His 9th slide here basically outlines how to quantitatively identify what your
core problem is:
[https://www.dropbox.com/s/a75lejeqli1rmrs/Suhail%20Doshi%20-...](https://www.dropbox.com/s/a75lejeqli1rmrs/Suhail%20Doshi%20-%20How%20to%20Measure%20Your%20Product.pdf?dl=0)

------
machinecontrol
Instead of trying to fight your analytical tech brain, reframe the sales
process as a technical optimization problem.

That comes down to looking for bugs that “crash” the sales process(objections)
and optimizing performance of the sales cycle by decreasing the time it takes
to close.

After every sales call, log objections as well as ideas the prospect seemed to
respond to positively in a spreadsheet or CRM. Over time, patterns will emerge
and you will naturally optimize for being better at sales.

------
JamesBarney
I'd recommend the reddit sales community [0] as a good place to start, and
specifically the best of thread.

They'll go over everything you need to know about sales. The first thing to
learn is that sales is an umbrella term for a lot of different activities many
of which won't be relevant to the type of sales you do.

The first two questions you should answer is what type of sale are you making
and to who.

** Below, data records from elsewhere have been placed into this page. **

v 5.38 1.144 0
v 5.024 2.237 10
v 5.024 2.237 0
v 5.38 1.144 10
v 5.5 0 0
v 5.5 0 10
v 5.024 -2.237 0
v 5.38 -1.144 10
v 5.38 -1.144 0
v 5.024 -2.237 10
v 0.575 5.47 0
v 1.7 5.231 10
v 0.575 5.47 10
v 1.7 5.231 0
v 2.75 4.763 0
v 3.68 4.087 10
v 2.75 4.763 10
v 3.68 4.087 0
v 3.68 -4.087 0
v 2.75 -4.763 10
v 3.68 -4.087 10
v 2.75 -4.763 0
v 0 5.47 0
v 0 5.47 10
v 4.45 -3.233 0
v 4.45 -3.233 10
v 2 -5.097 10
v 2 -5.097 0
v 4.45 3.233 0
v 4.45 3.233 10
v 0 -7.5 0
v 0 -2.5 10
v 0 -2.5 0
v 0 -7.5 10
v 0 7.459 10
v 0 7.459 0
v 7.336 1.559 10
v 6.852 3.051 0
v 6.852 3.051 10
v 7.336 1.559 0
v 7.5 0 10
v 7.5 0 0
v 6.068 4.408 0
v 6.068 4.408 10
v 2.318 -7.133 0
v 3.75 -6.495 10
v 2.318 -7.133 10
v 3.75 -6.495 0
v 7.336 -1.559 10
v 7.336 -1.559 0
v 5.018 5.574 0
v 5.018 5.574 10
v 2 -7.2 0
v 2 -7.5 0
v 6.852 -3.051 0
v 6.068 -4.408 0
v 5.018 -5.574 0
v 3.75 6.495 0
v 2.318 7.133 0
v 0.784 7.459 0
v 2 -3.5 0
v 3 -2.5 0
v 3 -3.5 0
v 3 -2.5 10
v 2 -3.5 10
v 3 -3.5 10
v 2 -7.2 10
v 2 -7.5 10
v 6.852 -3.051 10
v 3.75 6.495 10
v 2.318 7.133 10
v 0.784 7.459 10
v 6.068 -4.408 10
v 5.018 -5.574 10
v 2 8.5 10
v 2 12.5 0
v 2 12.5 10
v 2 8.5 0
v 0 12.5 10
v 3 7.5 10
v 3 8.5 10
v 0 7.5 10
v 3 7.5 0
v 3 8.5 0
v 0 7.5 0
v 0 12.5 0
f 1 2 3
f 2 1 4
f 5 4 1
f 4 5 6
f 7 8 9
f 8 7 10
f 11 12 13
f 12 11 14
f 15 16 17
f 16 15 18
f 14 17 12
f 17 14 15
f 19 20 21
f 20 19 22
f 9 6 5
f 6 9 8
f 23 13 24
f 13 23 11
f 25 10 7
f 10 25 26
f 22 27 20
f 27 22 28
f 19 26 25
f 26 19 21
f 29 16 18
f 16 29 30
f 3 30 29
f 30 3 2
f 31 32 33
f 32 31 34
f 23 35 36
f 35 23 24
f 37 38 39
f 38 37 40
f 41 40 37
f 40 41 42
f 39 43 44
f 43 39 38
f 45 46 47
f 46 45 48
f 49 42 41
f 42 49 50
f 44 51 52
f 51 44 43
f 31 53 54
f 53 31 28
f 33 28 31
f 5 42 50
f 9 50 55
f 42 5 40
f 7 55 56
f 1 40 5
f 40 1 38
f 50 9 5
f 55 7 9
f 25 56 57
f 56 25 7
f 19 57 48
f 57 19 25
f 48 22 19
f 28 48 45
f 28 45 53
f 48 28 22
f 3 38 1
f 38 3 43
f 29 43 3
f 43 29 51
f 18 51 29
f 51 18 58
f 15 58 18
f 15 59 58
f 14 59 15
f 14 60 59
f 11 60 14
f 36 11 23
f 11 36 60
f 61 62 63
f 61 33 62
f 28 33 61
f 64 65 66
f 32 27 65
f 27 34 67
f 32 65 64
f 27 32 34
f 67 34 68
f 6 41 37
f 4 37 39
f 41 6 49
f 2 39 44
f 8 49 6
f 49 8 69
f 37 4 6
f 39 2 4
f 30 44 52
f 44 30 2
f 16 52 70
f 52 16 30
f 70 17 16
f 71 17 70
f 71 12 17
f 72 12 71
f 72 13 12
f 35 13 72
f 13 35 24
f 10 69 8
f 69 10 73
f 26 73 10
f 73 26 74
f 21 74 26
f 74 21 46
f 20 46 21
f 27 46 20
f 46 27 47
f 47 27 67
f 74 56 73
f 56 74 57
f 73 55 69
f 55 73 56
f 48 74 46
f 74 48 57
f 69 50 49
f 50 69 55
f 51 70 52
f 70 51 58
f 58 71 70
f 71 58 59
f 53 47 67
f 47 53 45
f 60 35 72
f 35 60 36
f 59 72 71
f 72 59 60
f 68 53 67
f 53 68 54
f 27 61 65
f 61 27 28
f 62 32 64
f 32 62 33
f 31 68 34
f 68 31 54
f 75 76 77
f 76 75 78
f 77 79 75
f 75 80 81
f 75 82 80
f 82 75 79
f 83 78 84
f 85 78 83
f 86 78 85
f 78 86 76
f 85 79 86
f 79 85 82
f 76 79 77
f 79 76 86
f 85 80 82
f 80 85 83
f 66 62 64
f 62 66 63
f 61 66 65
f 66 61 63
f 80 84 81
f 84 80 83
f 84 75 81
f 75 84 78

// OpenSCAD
loop_diameter = 15;
hook_length = 5;
hook_thickness = 2;
lip_size = 1; // the side length of a rectangular prism on the end of the hook.
part_height = 10;
quality = 30;

difference()
{
    translate([0,0,0]) cylinder(part_height,loop_diameter/2,loop_diameter/2,$fn= quality);
    union()
    {
        translate([0,0,-1]) cylinder(part_height+2, loop_diameter/2-hook_thickness,loop_diameter/2-hook_thickness,$fn = quality);
        translate([-loop_diameter/2,0,part_height/2]) cube([loop_diameter,loop_diameter,part_height+2],center = true);
    };
};

translate([0,-loop_diameter/2,0]) cube([hook_thickness,hook_length,part_height]);
translate([0,loop_diameter/2,0]) cube([hook_thickness,hook_length,part_height]);
translate([hook_thickness,-loop_diameter/2+hook_length-lip_size,0]) cube([lip_size,lip_size,part_height]);
translate([hook_thickness,loop_diameter/2,0]) cube([lip_size,lip_size,part_height]);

Selling a $5/month consumer product is very different from selling
$300,000/yr product to the CFO of a fortune 500.

[0]
[https://www.reddit.com/r/sales/comments/3y1jb9/the_best_thre...](https://www.reddit.com/r/sales/comments/3y1jb9/the_best_threads_of_rsales/)

------
ada1981
Learn to develop a deeply secure emotional attachment style.

Once I unlocked this, my close rate and inbound referrals went through the
roof.

Literally closing 95% of leads and 100% of leads are from referrals.

Granted, this is in person 1 on 1 work but isn’t sense is that will translate
into the other work you do.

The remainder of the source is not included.